### Your objective
Nothing outside the stretch is wanted. Repeat exactly the lines of the listing below from the one that contains "-3.5), (0.830662386, -3.4))" through the one that contains "# 草图5<4> → 切除-拉伸5 (cut)", both ends included.

### Data for the task
※ ※ ※

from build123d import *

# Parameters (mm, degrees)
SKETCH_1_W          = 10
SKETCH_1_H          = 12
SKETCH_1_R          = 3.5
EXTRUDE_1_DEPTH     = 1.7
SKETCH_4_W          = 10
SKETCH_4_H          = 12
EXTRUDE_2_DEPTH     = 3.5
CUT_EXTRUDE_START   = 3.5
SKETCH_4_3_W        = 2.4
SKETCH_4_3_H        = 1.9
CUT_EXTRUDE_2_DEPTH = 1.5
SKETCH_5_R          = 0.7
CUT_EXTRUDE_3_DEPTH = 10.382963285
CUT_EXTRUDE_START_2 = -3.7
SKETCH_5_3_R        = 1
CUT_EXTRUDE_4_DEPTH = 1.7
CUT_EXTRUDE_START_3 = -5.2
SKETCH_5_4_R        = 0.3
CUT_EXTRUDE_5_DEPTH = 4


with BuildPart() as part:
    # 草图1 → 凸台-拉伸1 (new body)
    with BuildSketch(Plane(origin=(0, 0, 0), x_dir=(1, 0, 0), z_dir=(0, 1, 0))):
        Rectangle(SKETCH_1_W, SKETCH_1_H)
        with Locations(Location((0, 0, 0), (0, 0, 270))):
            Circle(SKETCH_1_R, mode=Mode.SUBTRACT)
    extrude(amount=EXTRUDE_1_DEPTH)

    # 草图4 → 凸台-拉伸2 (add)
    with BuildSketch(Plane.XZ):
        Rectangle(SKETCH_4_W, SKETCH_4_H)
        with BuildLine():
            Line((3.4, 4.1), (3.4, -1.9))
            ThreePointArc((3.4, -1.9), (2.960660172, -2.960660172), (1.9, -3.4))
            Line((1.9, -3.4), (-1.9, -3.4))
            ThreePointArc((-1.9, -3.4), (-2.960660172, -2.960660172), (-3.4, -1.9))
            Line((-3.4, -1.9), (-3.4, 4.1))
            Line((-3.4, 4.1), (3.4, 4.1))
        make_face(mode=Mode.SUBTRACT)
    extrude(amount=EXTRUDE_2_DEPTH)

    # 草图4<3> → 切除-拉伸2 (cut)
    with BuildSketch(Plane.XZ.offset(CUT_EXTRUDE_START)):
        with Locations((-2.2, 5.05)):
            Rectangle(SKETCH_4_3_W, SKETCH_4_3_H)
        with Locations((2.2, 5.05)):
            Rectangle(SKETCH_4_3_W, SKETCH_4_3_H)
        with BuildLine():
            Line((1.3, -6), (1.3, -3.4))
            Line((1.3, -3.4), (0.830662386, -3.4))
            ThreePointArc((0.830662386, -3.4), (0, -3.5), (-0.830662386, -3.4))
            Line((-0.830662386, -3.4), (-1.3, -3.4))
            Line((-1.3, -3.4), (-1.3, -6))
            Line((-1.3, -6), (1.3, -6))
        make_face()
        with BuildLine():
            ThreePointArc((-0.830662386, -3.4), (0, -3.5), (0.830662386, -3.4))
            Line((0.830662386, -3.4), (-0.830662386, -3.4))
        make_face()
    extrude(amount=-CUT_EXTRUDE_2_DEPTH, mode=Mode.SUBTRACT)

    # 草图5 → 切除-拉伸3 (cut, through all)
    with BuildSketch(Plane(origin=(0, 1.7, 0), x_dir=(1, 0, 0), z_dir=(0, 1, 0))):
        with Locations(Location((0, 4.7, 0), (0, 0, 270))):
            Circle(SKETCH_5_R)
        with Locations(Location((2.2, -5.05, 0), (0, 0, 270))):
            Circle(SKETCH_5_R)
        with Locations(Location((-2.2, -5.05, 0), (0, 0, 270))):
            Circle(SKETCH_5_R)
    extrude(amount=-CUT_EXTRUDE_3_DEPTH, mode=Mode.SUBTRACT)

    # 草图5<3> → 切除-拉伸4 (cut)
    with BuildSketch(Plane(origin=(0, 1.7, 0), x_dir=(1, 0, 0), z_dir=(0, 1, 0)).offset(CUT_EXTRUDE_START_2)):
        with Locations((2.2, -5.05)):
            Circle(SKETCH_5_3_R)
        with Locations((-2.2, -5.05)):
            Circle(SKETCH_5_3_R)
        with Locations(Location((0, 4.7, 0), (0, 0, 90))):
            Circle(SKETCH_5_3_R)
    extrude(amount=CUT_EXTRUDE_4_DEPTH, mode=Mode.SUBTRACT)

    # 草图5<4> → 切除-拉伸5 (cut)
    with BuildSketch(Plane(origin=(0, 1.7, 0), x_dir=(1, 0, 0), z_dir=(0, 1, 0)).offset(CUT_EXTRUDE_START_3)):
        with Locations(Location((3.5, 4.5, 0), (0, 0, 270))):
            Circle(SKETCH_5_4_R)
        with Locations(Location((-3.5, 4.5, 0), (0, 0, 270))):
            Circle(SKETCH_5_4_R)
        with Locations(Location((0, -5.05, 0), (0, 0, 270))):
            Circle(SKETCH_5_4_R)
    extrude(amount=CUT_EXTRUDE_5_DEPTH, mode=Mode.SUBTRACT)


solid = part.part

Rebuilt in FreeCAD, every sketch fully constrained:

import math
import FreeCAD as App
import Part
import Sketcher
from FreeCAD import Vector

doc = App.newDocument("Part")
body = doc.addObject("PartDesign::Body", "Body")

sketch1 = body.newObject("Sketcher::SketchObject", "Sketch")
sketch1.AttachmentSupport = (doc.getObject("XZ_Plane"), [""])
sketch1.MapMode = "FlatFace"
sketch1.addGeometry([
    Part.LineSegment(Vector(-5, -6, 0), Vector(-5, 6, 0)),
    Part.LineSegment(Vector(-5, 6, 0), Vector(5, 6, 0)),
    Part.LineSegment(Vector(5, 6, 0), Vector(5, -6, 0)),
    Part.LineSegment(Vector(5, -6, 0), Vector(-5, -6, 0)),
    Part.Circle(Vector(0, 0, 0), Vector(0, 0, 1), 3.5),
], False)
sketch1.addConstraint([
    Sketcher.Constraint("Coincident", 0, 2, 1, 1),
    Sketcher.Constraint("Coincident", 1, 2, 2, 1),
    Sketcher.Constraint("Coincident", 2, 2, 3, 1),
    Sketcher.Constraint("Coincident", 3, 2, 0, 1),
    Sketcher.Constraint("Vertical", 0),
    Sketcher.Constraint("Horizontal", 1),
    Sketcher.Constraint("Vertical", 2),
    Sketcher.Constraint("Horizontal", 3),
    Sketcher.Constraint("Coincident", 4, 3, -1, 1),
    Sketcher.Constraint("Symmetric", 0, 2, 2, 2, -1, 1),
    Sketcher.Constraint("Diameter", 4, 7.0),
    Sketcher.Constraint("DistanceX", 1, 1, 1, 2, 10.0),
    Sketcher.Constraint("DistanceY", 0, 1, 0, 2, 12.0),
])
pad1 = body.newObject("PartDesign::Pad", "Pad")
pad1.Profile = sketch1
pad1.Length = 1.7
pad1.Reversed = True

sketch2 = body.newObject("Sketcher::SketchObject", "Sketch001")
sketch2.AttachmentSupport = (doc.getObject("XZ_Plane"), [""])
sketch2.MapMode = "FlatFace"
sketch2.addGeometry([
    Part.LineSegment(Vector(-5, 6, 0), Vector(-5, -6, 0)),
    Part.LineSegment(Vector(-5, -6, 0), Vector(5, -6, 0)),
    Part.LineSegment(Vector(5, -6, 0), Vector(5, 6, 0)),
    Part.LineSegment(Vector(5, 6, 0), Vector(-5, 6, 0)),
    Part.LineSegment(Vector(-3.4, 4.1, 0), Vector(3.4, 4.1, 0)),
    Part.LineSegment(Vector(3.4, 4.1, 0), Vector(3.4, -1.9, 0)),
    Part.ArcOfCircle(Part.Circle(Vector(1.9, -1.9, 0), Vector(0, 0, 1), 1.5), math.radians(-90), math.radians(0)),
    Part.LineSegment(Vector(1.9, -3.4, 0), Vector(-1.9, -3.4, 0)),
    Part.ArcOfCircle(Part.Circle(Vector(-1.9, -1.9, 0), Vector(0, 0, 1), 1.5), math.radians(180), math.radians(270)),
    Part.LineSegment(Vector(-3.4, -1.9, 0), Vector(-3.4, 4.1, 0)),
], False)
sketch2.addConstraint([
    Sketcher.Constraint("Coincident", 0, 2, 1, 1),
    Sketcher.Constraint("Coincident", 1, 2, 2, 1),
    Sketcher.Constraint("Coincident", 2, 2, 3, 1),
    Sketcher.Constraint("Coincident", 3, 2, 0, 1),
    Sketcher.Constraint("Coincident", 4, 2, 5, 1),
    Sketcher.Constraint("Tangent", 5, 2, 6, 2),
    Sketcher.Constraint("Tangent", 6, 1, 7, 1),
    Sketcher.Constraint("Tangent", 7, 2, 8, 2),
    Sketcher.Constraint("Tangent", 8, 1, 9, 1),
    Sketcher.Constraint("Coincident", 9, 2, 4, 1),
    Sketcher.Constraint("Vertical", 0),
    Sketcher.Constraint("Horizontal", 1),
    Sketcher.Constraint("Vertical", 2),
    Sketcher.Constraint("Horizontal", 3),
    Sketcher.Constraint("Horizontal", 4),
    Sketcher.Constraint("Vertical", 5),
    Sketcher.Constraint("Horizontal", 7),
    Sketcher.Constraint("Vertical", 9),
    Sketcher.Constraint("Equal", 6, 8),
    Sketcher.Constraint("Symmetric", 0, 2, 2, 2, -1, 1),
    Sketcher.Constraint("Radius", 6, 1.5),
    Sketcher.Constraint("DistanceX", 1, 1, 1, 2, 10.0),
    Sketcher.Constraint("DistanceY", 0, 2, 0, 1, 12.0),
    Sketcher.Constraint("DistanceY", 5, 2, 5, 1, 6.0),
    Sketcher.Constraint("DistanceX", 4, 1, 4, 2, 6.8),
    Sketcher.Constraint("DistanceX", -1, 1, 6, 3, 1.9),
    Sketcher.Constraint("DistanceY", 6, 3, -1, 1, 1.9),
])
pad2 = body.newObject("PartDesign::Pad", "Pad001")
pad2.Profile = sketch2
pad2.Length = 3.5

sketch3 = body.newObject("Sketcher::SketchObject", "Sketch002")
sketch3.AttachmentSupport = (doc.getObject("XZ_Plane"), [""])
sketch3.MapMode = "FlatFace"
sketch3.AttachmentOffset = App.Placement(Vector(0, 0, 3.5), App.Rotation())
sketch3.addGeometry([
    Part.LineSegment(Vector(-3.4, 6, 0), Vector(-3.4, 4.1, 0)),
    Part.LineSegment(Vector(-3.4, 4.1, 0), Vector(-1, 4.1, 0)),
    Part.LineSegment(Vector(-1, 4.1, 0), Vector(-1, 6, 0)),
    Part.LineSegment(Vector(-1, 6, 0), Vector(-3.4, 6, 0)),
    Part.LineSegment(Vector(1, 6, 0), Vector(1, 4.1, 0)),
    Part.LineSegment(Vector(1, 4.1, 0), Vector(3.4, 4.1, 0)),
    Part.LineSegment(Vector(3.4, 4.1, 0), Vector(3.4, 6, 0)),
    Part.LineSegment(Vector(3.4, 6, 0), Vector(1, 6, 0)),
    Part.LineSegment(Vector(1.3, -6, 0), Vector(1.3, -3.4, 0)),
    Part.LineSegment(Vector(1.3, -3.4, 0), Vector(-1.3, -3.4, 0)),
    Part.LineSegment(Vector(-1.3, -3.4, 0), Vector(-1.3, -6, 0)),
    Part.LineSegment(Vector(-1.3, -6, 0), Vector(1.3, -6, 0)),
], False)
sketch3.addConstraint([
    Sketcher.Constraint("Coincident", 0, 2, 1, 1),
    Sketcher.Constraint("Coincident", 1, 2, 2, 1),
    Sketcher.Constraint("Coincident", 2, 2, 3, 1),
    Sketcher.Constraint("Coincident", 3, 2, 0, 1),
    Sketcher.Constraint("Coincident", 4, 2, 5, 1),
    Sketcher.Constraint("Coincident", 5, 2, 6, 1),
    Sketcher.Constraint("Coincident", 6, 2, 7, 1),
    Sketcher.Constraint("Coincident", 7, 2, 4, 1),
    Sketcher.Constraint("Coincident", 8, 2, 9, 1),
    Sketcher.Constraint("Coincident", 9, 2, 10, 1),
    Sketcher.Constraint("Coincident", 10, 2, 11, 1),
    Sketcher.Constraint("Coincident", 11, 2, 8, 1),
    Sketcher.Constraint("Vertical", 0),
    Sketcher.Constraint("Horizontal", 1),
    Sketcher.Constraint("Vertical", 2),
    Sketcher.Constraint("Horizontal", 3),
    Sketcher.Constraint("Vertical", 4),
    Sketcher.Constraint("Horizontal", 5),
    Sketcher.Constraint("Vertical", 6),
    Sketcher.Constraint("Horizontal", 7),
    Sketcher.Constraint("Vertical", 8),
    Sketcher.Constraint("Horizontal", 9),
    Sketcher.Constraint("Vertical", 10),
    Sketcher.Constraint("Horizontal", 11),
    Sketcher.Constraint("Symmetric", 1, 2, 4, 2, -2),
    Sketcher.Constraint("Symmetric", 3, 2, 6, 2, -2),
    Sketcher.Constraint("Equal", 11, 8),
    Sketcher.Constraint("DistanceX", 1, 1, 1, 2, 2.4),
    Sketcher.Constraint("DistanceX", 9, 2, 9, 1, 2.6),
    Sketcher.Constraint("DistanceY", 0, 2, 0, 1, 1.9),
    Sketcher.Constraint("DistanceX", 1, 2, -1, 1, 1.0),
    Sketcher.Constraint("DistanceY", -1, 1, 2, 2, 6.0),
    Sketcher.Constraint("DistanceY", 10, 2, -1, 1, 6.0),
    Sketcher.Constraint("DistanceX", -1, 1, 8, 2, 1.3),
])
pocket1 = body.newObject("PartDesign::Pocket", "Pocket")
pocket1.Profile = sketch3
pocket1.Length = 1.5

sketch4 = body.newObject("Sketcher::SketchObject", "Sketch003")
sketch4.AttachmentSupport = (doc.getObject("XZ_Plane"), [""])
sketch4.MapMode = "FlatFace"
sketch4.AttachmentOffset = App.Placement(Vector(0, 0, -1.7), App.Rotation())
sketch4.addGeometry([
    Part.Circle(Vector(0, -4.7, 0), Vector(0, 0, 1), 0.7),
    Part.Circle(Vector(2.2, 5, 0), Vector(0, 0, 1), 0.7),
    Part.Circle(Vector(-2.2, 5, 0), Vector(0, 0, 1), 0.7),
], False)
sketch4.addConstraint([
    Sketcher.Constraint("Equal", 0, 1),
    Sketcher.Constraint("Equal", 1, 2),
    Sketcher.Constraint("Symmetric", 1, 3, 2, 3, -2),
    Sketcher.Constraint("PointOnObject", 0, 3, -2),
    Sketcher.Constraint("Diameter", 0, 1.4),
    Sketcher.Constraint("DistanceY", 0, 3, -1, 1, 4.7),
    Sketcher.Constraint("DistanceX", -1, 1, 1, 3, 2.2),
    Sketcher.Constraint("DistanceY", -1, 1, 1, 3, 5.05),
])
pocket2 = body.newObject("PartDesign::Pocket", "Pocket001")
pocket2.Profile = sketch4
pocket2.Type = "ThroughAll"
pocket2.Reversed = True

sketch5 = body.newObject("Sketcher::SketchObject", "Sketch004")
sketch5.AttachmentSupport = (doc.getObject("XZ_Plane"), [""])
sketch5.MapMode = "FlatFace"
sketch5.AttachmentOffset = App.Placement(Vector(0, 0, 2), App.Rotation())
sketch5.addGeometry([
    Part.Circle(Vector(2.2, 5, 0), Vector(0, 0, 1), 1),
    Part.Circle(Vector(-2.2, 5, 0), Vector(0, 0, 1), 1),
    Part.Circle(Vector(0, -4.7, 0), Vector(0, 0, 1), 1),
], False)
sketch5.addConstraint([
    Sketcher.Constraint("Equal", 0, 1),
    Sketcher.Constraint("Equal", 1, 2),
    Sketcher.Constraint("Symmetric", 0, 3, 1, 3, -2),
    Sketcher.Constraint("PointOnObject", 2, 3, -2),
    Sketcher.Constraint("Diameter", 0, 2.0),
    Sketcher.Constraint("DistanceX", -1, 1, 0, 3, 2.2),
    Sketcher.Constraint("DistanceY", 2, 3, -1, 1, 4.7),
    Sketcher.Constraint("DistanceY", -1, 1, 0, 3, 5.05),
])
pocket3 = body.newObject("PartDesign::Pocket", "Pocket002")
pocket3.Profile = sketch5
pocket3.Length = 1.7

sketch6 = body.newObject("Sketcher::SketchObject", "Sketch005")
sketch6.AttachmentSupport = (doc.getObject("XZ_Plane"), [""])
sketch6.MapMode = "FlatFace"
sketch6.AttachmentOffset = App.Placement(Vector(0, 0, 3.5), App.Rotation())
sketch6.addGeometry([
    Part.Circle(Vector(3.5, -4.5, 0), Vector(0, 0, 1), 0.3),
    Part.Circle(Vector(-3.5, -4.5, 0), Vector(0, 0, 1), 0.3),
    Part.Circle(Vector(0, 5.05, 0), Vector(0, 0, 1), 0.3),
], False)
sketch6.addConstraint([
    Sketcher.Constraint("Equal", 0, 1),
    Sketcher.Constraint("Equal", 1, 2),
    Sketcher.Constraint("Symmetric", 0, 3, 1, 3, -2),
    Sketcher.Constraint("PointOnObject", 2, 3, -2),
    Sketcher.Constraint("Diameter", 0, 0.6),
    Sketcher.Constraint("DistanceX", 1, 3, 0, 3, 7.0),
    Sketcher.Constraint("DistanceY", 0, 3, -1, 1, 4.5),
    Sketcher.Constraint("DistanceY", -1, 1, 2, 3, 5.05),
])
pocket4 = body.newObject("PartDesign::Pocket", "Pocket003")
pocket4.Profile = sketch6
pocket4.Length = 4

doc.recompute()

※ ※ ※

### Answer section
            ThreePointArc((-0.830662386, -3.4), (0, -3.5), (0.830662386, -3.4))
            Line((0.830662386, -3.4), (-0.830662386, -3.4))
        make_face()
    extrude(amount=-CUT_EXTRUDE_2_DEPTH, mode=Mode.SUBTRACT)

    # 草图5 → 切除-拉伸3 (cut, through all)
    with BuildSketch(Plane(origin=(0, 1.7, 0), x_dir=(1, 0, 0), z_dir=(0, 1, 0))):
        with Locations(Location((0, 4.7, 0), (0, 0, 270))):
            Circle(SKETCH_5_R)
        with Locations(Location((2.2, -5.05, 0), (0, 0, 270))):
            Circle(SKETCH_5_R)
        with Locations(Location((-2.2, -5.05, 0), (0, 0, 270))):
            Circle(SKETCH_5_R)
    extrude(amount=-CUT_EXTRUDE_3_DEPTH, mode=Mode.SUBTRACT)

    # 草图5<3> → 切除-拉伸4 (cut)
    with BuildSketch(Plane(origin=(0, 1.7, 0), x_dir=(1, 0, 0), z_dir=(0, 1, 0)).offset(CUT_EXTRUDE_START_2)):
        with Locations((2.2, -5.05)):
            Circle(SKETCH_5_3_R)
        with Locations((-2.2, -5.05)):
            Circle(SKETCH_5_3_R)
        with Locations(Location((0, 4.7, 0), (0, 0, 90))):
            Circle(SKETCH_5_3_R)
    extrude(amount=CUT_EXTRUDE_4_DEPTH, mode=Mode.SUBTRACT)

    # 草图5<4> → 切除-拉伸5 (cut)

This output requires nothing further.